[Data listing — start]
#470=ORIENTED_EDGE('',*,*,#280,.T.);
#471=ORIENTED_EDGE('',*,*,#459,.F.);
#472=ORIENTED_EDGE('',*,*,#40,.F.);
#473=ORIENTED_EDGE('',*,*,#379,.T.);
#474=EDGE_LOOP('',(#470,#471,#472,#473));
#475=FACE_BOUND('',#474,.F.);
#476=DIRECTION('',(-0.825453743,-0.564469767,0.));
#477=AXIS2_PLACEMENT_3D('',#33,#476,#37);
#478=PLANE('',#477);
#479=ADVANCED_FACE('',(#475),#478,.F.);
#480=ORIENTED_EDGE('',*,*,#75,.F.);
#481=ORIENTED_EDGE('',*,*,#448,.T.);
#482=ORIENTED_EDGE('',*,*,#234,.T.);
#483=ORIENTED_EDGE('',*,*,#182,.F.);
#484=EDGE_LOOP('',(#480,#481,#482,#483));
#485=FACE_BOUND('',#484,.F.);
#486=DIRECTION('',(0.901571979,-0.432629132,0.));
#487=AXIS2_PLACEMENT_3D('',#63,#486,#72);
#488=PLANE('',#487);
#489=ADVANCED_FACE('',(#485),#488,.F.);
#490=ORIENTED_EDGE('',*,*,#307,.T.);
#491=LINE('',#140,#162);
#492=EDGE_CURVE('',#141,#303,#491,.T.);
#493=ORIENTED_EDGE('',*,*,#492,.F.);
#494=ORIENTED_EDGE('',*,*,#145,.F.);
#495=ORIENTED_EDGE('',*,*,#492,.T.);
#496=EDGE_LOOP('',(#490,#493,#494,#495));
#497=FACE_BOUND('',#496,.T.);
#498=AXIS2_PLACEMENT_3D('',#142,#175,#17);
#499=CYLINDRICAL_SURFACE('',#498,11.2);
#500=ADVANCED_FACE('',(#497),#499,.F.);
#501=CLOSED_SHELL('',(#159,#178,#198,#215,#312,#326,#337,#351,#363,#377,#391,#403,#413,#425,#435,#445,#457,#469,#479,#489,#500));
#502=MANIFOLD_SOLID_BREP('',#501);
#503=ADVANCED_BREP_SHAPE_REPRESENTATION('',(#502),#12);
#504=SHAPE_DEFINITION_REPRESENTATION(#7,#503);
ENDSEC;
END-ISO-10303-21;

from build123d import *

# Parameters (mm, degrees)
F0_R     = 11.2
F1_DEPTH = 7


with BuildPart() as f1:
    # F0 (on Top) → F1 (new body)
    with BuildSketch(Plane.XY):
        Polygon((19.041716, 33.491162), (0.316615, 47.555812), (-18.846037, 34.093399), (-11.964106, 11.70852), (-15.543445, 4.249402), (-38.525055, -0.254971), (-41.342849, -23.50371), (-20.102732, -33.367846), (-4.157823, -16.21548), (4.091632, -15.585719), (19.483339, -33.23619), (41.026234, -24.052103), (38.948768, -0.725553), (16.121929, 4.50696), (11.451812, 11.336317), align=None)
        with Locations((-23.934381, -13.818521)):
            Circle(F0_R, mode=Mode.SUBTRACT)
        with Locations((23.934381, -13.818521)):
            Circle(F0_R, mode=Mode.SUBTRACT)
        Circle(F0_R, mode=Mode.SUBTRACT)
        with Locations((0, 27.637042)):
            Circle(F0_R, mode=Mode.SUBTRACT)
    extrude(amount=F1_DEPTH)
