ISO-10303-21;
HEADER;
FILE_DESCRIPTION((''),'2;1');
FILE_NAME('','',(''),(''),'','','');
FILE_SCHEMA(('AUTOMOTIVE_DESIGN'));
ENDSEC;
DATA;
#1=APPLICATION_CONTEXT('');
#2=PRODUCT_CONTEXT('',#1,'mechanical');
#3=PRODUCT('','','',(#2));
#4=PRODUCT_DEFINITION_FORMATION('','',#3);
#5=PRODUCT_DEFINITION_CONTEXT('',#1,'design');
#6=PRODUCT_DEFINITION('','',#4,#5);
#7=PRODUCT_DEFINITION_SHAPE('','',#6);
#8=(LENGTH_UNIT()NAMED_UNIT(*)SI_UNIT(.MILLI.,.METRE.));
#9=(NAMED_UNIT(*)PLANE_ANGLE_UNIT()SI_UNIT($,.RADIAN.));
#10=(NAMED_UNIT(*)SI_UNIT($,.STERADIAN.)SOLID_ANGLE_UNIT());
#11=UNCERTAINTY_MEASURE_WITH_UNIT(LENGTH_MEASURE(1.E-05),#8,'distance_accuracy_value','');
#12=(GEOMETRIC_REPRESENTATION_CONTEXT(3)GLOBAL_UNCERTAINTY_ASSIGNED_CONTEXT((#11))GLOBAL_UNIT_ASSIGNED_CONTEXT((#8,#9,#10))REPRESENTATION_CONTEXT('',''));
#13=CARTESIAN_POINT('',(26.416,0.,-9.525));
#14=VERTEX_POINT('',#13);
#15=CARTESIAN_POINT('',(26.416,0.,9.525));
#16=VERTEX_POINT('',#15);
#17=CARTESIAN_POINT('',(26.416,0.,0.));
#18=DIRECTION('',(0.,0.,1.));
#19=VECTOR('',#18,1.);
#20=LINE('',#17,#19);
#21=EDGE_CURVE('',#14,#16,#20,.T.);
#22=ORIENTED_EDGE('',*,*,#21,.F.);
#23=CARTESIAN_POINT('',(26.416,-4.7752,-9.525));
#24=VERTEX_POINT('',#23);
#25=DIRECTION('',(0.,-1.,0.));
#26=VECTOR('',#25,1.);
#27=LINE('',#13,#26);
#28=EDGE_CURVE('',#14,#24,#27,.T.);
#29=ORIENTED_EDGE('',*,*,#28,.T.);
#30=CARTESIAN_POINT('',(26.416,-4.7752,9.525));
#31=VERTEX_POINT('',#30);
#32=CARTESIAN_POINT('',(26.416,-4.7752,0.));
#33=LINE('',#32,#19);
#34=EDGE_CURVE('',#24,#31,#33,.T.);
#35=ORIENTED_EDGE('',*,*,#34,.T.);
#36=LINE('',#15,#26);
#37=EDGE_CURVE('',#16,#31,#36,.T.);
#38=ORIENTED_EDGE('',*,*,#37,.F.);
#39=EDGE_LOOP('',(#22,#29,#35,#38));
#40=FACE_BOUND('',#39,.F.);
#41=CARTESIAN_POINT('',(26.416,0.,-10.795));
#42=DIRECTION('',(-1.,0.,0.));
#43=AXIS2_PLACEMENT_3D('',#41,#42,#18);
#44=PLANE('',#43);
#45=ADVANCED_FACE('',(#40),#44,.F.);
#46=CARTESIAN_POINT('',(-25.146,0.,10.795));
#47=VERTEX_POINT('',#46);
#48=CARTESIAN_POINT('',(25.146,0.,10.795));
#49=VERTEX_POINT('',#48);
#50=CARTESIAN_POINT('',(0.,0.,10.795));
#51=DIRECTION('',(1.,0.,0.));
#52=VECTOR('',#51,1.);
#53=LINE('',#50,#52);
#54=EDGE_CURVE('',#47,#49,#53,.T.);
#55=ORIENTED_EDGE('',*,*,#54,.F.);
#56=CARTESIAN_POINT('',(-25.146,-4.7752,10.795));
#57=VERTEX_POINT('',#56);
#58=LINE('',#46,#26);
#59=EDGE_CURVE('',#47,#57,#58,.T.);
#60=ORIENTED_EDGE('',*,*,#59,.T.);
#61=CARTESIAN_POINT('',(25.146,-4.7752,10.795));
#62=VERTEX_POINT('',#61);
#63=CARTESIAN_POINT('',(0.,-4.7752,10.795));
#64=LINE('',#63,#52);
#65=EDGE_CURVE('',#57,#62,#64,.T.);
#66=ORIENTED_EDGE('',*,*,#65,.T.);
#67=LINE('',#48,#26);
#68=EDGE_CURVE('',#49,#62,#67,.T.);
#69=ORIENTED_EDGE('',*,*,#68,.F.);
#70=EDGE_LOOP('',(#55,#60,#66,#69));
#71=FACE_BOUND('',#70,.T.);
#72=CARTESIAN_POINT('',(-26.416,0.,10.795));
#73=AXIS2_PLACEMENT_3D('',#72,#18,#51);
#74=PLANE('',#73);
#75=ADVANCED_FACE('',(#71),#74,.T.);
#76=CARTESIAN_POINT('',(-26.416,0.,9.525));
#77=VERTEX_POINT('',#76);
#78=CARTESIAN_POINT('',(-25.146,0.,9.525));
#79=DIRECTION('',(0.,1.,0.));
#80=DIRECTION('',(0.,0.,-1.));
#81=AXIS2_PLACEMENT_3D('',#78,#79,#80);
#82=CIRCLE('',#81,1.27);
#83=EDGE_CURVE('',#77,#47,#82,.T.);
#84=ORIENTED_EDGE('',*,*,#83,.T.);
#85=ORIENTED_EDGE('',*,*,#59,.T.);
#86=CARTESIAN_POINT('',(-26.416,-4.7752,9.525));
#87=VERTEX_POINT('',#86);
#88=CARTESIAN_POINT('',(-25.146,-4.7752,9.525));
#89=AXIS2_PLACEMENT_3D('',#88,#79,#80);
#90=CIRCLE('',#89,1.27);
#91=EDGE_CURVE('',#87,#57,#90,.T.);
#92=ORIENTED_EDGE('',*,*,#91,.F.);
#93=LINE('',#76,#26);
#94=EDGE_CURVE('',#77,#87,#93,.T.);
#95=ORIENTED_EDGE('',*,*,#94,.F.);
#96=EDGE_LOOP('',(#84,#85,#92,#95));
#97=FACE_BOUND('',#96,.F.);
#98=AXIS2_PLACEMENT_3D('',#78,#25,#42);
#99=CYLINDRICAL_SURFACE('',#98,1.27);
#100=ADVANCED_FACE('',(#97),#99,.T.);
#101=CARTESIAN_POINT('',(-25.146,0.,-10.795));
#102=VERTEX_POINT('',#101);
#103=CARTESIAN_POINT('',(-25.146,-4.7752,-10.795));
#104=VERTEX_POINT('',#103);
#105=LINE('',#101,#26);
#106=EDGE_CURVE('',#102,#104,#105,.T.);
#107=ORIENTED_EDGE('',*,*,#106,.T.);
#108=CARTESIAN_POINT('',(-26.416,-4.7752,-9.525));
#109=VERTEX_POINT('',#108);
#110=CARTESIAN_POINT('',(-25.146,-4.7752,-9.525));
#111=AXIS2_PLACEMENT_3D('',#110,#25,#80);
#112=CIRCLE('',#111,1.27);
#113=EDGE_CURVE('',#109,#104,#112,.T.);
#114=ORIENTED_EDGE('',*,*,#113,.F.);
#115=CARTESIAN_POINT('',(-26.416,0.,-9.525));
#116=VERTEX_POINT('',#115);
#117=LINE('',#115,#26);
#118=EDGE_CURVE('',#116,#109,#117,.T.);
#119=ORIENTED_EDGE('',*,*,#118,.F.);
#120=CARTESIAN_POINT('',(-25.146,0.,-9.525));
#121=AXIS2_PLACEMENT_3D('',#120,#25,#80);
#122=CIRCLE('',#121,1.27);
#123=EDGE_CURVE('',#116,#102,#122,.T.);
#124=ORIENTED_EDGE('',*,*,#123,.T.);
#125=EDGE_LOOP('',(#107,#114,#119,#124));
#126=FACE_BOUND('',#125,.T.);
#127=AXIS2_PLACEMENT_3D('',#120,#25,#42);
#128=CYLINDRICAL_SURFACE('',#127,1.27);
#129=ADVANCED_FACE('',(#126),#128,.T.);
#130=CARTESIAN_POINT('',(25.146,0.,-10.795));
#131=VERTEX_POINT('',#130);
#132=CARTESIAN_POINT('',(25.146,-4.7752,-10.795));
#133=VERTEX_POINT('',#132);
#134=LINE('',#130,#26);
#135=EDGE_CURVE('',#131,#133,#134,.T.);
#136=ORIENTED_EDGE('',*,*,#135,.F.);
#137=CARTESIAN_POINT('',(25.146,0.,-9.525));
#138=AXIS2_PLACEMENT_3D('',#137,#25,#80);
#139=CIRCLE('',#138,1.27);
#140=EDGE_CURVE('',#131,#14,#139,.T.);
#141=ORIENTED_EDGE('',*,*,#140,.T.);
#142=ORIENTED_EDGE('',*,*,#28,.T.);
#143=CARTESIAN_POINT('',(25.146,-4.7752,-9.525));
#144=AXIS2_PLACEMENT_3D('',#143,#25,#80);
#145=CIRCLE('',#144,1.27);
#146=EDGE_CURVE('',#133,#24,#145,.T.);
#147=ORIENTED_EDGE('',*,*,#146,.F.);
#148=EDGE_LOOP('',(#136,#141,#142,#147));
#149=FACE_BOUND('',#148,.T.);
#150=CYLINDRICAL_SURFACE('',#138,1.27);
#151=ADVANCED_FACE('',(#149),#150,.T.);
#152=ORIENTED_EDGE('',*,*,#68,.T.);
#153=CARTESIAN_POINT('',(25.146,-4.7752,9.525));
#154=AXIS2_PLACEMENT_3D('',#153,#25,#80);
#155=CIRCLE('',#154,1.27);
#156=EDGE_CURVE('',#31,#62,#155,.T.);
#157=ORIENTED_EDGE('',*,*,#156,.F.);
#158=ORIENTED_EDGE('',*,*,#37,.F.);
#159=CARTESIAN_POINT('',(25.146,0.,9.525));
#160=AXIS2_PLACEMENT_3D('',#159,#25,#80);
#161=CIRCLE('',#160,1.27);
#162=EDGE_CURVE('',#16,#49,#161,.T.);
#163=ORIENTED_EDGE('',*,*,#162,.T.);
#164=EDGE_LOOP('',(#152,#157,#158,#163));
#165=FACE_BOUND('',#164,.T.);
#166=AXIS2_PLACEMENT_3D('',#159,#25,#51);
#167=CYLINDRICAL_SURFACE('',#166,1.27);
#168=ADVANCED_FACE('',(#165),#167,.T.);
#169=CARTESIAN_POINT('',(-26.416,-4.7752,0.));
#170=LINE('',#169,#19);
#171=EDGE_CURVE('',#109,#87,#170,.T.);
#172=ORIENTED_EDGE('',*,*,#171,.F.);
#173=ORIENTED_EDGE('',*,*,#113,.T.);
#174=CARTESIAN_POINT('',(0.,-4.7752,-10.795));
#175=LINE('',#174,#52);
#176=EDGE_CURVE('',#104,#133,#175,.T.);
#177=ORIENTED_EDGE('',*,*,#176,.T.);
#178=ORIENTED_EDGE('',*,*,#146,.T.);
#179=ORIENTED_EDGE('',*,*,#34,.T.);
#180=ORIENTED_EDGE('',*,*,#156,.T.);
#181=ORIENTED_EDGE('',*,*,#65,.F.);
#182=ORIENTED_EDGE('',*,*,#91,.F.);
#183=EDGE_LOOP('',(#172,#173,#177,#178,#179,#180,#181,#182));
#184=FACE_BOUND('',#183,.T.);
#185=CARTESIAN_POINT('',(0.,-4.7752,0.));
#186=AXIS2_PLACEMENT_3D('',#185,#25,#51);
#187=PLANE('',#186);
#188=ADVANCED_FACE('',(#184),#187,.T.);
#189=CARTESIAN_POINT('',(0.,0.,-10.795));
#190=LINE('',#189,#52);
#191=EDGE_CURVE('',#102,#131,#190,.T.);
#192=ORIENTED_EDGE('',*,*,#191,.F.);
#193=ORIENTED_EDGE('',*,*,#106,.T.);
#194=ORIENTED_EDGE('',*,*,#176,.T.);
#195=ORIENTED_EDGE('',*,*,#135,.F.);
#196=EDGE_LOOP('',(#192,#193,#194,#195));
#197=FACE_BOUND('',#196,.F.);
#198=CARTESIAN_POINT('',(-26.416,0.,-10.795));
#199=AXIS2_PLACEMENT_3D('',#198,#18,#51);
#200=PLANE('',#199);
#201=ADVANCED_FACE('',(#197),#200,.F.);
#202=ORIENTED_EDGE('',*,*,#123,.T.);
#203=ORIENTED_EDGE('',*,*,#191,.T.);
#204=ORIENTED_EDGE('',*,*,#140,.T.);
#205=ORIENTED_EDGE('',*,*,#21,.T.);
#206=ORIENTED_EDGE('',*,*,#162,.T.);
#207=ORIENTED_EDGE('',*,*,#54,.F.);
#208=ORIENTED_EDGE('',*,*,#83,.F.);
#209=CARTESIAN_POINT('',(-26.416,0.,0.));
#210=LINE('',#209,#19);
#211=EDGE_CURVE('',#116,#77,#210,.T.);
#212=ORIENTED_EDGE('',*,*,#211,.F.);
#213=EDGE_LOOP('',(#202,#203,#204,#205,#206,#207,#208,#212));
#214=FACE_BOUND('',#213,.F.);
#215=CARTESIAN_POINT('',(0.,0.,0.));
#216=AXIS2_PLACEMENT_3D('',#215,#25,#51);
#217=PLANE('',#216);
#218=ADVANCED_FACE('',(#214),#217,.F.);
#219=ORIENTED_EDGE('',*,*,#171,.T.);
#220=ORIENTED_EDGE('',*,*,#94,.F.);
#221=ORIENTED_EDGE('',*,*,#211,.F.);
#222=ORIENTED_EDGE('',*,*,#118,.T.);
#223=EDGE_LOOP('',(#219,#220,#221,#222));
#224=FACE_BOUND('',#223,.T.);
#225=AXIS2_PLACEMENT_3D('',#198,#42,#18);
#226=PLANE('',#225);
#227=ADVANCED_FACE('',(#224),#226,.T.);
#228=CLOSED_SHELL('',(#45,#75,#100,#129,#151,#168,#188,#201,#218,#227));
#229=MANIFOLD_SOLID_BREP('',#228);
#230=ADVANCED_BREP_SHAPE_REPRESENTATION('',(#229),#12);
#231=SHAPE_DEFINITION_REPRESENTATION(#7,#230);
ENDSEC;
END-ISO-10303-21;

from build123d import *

# Parameters (mm, degrees)
F0_W     = 52.832
F0_H     = 21.59
F1_DEPTH = 4.7752
F2_R     = 1.27


with BuildPart() as f1:
    # F0 (on Front) → F1 (new body)
    with BuildSketch(Plane.XZ):
        Rectangle(F0_W, F0_H)
    extrude(amount=F1_DEPTH)

    # F2
    f2_edges = [f1.edges().sort_by_distance(p)[0] for p in [
        (-26.416, -2.3876, 10.795),
        (26.416, -2.3876, 10.795),
        (26.416, -2.3876, -10.795),
        (-26.416, -2.3876, -10.795),
    ]]
    fillet(f2_edges, radius=F2_R)


with BuildPart() as f3_1:
    # F3: copy of F1
    add(f1.part)


solid = f1.part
[Data listing — finish]
What is expected — Going back to the entries above, set down exactly the lines that begin at the one with "#25=DIRECTION('',(0.,-1.,0.));" and end at the one with "#36=LINE('',#15,#26);", both included, and nothing else.

Answer space —
#25=DIRECTION('',(0.,-1.,0.));
#26=VECTOR('',#25,1.);
#27=LINE('',#13,#26);
#28=EDGE_CURVE('',#14,#24,#27,.T.);
#29=ORIENTED_EDGE('',*,*,#28,.T.);
#30=CARTESIAN_POINT('',(26.416,-4.7752,9.525));
#31=VERTEX_POINT('',#30);
#32=CARTESIAN_POINT('',(26.416,-4.7752,0.));
#33=LINE('',#32,#19);
#34=EDGE_CURVE('',#24,#31,#33,.T.);
#35=ORIENTED_EDGE('',*,*,#34,.T.);
#36=LINE('',#15,#26);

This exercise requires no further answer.